[Dataset excerpts]
┏━━

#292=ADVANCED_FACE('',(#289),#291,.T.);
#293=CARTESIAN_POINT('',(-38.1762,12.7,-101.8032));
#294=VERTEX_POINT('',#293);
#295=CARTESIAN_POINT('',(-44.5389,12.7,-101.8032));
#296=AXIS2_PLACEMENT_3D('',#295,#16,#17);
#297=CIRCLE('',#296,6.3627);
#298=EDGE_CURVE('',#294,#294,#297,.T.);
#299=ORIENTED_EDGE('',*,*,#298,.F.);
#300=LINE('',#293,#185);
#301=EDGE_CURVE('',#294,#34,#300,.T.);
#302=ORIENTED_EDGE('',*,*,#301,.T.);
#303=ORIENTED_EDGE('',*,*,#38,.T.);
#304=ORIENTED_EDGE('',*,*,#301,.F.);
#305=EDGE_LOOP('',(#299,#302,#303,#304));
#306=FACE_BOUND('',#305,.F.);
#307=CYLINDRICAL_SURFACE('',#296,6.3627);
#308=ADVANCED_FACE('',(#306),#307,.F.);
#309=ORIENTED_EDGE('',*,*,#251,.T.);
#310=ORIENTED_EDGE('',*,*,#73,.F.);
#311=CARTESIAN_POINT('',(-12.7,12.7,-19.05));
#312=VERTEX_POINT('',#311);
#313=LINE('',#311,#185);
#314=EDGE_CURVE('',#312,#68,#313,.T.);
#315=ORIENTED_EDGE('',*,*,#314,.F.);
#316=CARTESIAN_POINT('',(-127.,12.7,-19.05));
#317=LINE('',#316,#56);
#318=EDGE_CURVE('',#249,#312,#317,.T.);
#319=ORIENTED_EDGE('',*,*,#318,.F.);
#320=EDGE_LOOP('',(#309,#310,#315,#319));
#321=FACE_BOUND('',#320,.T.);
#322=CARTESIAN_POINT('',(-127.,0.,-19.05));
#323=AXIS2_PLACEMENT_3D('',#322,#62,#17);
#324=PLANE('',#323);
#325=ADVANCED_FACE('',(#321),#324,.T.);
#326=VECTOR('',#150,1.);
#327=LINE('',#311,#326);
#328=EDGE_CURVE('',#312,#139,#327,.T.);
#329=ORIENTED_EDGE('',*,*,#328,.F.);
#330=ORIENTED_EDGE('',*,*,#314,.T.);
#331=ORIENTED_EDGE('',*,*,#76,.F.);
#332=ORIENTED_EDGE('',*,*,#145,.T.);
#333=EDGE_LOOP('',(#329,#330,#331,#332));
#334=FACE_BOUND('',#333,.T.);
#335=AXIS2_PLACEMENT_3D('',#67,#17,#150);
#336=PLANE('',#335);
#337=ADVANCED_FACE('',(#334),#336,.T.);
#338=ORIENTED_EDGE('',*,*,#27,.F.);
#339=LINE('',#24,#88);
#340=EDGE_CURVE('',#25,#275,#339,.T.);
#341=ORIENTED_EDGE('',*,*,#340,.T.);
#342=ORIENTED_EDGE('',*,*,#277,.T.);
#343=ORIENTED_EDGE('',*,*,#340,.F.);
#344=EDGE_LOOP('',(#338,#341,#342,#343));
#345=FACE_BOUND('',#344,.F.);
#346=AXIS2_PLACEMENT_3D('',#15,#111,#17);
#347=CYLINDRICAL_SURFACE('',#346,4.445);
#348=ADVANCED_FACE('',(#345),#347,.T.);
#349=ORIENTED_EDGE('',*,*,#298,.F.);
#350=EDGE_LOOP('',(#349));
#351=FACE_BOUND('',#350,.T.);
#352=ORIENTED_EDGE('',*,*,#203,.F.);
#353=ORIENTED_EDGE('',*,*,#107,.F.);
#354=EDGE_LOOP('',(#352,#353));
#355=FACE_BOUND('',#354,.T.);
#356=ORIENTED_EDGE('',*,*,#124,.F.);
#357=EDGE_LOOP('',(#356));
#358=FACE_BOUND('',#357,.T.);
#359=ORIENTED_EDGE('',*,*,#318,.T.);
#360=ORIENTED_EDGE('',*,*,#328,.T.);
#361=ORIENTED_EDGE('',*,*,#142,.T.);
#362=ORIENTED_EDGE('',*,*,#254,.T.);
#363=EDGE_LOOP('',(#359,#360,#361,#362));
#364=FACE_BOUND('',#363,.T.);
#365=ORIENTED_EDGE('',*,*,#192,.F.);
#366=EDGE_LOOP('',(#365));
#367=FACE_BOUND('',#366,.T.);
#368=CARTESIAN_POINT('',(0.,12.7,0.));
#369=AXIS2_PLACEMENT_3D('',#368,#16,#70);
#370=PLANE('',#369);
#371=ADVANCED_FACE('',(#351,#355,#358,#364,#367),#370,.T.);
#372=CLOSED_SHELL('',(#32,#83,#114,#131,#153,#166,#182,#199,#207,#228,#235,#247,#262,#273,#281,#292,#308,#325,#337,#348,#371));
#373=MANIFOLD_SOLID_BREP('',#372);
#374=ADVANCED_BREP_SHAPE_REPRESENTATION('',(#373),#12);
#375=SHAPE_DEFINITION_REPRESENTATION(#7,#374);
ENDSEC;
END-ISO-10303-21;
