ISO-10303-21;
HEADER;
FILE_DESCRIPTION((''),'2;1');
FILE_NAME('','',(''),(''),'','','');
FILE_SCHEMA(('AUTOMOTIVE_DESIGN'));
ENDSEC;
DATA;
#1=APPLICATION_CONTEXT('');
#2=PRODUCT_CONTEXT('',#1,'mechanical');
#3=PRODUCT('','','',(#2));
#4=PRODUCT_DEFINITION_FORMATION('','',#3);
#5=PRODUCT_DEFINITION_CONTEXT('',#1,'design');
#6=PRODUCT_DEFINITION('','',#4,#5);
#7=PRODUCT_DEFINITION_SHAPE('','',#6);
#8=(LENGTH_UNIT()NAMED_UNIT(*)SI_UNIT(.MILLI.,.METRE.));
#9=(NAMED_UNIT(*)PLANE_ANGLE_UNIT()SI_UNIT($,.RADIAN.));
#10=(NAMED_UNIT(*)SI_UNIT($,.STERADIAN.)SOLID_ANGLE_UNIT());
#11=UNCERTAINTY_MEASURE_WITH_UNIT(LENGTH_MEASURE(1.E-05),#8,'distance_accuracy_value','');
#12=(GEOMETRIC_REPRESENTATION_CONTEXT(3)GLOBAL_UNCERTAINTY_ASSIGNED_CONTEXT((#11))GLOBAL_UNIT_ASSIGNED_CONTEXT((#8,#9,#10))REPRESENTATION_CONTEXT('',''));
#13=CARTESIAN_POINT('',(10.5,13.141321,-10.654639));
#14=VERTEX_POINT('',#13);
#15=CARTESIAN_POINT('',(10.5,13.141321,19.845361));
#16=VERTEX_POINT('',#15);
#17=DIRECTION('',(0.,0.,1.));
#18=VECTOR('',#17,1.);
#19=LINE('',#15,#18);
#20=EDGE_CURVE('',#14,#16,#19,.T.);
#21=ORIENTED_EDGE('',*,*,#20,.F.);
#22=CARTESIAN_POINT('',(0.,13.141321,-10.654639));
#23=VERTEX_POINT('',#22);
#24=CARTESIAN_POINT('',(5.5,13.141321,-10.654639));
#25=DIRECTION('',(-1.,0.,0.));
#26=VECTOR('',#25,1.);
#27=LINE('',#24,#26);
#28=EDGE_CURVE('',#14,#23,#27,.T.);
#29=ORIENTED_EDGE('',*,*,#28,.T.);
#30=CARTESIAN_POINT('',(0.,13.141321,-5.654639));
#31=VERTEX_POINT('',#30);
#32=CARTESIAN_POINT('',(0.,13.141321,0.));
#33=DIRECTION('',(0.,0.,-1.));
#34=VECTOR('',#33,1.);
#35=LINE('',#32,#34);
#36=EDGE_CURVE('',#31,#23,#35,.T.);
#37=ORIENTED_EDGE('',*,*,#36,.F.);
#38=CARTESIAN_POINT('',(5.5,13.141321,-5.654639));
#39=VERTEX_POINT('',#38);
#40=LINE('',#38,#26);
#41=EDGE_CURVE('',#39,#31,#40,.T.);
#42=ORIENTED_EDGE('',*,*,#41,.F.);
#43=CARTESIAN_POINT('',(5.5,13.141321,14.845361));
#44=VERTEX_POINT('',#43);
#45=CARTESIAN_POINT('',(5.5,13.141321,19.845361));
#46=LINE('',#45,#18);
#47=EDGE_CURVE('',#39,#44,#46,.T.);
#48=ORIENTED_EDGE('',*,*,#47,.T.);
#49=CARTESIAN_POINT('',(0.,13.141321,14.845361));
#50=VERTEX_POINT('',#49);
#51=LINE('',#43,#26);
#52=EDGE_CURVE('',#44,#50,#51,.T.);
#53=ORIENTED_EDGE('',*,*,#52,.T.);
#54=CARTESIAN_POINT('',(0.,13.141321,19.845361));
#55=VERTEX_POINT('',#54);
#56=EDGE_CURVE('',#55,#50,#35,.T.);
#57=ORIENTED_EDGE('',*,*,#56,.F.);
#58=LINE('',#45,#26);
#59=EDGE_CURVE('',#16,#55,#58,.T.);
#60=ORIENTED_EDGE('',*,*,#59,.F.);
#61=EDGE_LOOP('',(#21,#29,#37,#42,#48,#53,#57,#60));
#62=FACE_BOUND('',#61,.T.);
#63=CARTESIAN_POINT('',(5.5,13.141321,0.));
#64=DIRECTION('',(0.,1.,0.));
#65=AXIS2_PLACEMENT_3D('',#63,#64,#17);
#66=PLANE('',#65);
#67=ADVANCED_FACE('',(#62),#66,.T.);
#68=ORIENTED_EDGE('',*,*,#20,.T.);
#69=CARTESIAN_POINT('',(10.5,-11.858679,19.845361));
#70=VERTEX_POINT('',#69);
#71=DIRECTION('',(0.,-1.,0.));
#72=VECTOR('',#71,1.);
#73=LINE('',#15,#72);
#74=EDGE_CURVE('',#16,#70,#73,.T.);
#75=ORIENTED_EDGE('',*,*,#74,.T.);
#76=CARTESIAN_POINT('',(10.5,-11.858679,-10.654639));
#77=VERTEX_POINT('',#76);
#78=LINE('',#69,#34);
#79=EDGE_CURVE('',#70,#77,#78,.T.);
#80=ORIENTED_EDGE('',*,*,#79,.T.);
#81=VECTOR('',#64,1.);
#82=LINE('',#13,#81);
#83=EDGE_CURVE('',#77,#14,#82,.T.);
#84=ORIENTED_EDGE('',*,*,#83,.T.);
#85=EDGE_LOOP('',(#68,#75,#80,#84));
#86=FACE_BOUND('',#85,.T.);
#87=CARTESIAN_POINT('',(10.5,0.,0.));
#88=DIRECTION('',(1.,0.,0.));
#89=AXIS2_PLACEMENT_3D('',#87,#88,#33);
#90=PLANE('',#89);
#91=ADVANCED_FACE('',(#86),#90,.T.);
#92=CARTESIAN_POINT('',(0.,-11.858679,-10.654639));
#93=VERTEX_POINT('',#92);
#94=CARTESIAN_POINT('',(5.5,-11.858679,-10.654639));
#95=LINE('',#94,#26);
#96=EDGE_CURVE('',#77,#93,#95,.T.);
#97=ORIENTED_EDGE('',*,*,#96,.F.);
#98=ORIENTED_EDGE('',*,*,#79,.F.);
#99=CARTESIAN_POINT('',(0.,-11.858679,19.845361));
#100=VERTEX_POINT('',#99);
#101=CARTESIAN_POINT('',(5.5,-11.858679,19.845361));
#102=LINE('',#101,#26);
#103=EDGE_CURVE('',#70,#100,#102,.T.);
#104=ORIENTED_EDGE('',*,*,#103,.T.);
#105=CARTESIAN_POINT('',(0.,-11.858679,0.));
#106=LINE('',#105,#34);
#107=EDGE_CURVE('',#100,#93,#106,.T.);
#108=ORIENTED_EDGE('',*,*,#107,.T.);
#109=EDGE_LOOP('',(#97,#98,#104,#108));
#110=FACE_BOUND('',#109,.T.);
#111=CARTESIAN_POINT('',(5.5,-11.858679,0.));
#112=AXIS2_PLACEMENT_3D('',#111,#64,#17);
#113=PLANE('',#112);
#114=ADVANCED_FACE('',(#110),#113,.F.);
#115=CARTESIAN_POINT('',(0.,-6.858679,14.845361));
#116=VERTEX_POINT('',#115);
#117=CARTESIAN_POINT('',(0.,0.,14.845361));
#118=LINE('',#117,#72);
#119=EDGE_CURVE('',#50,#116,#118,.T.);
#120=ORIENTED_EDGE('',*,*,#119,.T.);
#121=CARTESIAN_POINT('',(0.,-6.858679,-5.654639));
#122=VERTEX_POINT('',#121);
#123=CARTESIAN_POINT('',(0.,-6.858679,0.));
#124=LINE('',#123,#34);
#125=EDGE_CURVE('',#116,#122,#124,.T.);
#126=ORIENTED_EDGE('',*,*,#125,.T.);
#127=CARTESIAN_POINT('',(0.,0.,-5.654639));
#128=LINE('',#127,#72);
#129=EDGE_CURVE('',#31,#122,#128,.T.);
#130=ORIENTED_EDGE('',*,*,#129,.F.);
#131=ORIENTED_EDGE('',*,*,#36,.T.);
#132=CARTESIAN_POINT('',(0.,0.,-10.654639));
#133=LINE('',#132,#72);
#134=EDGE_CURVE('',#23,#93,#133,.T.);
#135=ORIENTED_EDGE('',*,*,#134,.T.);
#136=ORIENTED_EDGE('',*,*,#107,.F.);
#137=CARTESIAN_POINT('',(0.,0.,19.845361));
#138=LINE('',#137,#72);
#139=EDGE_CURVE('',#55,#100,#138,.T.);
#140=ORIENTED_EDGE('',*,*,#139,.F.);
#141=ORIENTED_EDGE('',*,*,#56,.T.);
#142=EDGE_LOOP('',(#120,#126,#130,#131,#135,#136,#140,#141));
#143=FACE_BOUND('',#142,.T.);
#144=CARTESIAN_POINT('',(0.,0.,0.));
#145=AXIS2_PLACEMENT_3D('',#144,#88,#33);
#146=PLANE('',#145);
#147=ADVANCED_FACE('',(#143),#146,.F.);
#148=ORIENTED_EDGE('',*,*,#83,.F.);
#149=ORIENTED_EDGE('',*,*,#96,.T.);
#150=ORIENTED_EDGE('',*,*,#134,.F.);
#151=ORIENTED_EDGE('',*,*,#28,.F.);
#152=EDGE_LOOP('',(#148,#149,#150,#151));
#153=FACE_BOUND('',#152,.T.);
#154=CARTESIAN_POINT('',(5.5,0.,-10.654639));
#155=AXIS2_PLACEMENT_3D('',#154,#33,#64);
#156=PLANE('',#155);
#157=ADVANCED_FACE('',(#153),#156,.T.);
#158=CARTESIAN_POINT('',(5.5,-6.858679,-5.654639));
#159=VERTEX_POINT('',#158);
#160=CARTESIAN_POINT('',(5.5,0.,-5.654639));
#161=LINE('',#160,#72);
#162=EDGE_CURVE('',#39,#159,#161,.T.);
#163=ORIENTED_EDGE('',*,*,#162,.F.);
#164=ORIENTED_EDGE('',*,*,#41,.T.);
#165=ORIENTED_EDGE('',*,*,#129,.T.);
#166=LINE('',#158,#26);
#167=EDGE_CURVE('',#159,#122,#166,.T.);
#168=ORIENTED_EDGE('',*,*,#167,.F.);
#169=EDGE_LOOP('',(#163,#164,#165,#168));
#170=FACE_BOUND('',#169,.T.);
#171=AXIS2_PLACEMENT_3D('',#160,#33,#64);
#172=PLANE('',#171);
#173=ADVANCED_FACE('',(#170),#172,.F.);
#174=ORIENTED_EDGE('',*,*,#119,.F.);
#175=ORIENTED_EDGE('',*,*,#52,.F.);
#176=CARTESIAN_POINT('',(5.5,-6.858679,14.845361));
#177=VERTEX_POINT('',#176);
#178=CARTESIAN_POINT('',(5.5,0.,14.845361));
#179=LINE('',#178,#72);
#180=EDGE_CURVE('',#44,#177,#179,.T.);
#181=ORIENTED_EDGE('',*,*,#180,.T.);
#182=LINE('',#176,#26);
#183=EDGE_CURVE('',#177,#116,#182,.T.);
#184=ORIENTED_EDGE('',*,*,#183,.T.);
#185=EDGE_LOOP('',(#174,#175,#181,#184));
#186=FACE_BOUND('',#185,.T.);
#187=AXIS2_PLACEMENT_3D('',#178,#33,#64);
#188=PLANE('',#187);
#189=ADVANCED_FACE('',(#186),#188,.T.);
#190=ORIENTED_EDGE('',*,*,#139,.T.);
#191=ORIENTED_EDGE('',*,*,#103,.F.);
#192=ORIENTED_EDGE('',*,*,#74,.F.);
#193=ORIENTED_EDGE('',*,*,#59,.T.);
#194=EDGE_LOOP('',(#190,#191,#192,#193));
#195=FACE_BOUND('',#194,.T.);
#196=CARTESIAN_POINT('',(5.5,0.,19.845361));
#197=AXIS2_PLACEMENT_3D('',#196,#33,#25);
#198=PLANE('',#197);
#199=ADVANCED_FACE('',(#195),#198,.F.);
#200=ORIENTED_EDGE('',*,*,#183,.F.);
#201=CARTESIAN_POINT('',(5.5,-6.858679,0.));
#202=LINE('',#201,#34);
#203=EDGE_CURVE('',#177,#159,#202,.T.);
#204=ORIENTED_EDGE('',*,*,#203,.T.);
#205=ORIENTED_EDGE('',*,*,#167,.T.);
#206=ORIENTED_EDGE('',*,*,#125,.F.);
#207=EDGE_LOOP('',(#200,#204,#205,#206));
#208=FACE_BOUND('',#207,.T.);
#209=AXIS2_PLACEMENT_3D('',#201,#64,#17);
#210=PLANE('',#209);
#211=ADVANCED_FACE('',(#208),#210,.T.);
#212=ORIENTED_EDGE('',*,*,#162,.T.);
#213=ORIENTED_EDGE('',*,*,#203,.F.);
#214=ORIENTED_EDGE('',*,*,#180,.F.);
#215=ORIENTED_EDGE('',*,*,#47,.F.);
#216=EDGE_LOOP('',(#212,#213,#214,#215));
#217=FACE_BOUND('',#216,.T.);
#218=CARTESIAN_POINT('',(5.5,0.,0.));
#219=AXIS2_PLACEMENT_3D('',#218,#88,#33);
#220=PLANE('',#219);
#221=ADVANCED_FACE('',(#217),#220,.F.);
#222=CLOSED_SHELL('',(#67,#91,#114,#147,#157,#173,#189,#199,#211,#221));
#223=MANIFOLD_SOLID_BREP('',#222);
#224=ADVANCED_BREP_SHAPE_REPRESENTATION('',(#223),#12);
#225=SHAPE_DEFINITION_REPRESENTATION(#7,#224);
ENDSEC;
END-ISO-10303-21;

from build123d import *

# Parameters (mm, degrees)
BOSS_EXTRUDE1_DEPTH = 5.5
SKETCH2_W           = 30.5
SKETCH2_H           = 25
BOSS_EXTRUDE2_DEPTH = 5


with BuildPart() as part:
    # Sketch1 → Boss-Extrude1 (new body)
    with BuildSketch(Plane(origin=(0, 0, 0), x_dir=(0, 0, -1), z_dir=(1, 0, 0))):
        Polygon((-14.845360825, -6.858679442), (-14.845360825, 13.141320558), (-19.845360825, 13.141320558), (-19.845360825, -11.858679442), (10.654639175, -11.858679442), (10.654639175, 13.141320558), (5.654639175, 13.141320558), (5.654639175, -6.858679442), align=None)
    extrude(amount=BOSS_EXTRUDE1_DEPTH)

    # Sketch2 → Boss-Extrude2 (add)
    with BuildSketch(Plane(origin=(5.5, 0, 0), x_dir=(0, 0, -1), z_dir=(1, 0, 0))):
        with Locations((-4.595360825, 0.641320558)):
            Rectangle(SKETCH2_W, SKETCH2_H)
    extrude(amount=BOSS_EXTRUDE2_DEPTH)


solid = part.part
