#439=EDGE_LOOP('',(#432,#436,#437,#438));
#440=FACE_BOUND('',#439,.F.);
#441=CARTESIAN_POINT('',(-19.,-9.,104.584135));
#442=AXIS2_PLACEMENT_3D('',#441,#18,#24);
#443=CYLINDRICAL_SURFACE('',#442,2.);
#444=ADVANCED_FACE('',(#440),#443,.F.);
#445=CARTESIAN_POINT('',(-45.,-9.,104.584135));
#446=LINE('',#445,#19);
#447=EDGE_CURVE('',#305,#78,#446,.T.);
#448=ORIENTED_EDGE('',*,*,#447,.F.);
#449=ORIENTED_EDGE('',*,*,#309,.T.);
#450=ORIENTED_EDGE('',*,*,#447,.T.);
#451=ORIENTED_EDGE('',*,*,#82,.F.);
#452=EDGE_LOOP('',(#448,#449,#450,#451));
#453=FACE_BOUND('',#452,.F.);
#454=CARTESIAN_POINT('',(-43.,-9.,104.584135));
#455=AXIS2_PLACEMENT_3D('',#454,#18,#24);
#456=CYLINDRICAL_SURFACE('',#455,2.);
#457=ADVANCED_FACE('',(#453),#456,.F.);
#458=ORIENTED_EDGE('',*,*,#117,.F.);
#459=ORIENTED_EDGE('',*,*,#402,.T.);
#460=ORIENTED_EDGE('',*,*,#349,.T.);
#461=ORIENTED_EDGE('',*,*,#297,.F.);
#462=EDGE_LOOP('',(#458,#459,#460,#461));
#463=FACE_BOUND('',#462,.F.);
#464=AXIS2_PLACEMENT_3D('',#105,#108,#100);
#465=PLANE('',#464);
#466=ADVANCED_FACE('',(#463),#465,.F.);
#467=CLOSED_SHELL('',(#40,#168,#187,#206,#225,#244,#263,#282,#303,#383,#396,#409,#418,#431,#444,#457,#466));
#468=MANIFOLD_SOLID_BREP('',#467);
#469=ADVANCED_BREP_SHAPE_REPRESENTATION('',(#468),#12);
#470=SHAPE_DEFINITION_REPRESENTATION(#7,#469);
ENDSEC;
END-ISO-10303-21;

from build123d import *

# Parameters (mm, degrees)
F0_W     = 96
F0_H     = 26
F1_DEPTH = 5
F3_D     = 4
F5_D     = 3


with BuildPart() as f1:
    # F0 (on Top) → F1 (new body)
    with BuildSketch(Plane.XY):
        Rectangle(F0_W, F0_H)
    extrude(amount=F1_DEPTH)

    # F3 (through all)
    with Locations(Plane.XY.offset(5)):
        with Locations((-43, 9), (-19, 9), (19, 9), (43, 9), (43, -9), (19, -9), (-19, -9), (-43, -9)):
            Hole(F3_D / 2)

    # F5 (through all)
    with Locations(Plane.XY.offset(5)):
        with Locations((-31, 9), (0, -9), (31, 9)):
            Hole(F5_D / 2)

┗━━

Collect each line above holding the string "VECTOR".

#326=VECTOR('',#150,1.);
#18=VECTOR('',#17,1.);
#26=VECTOR('',#25,1.);
#34=VECTOR('',#33,1.);
#72=VECTOR('',#71,1.);
#81=VECTOR('',#64,1.);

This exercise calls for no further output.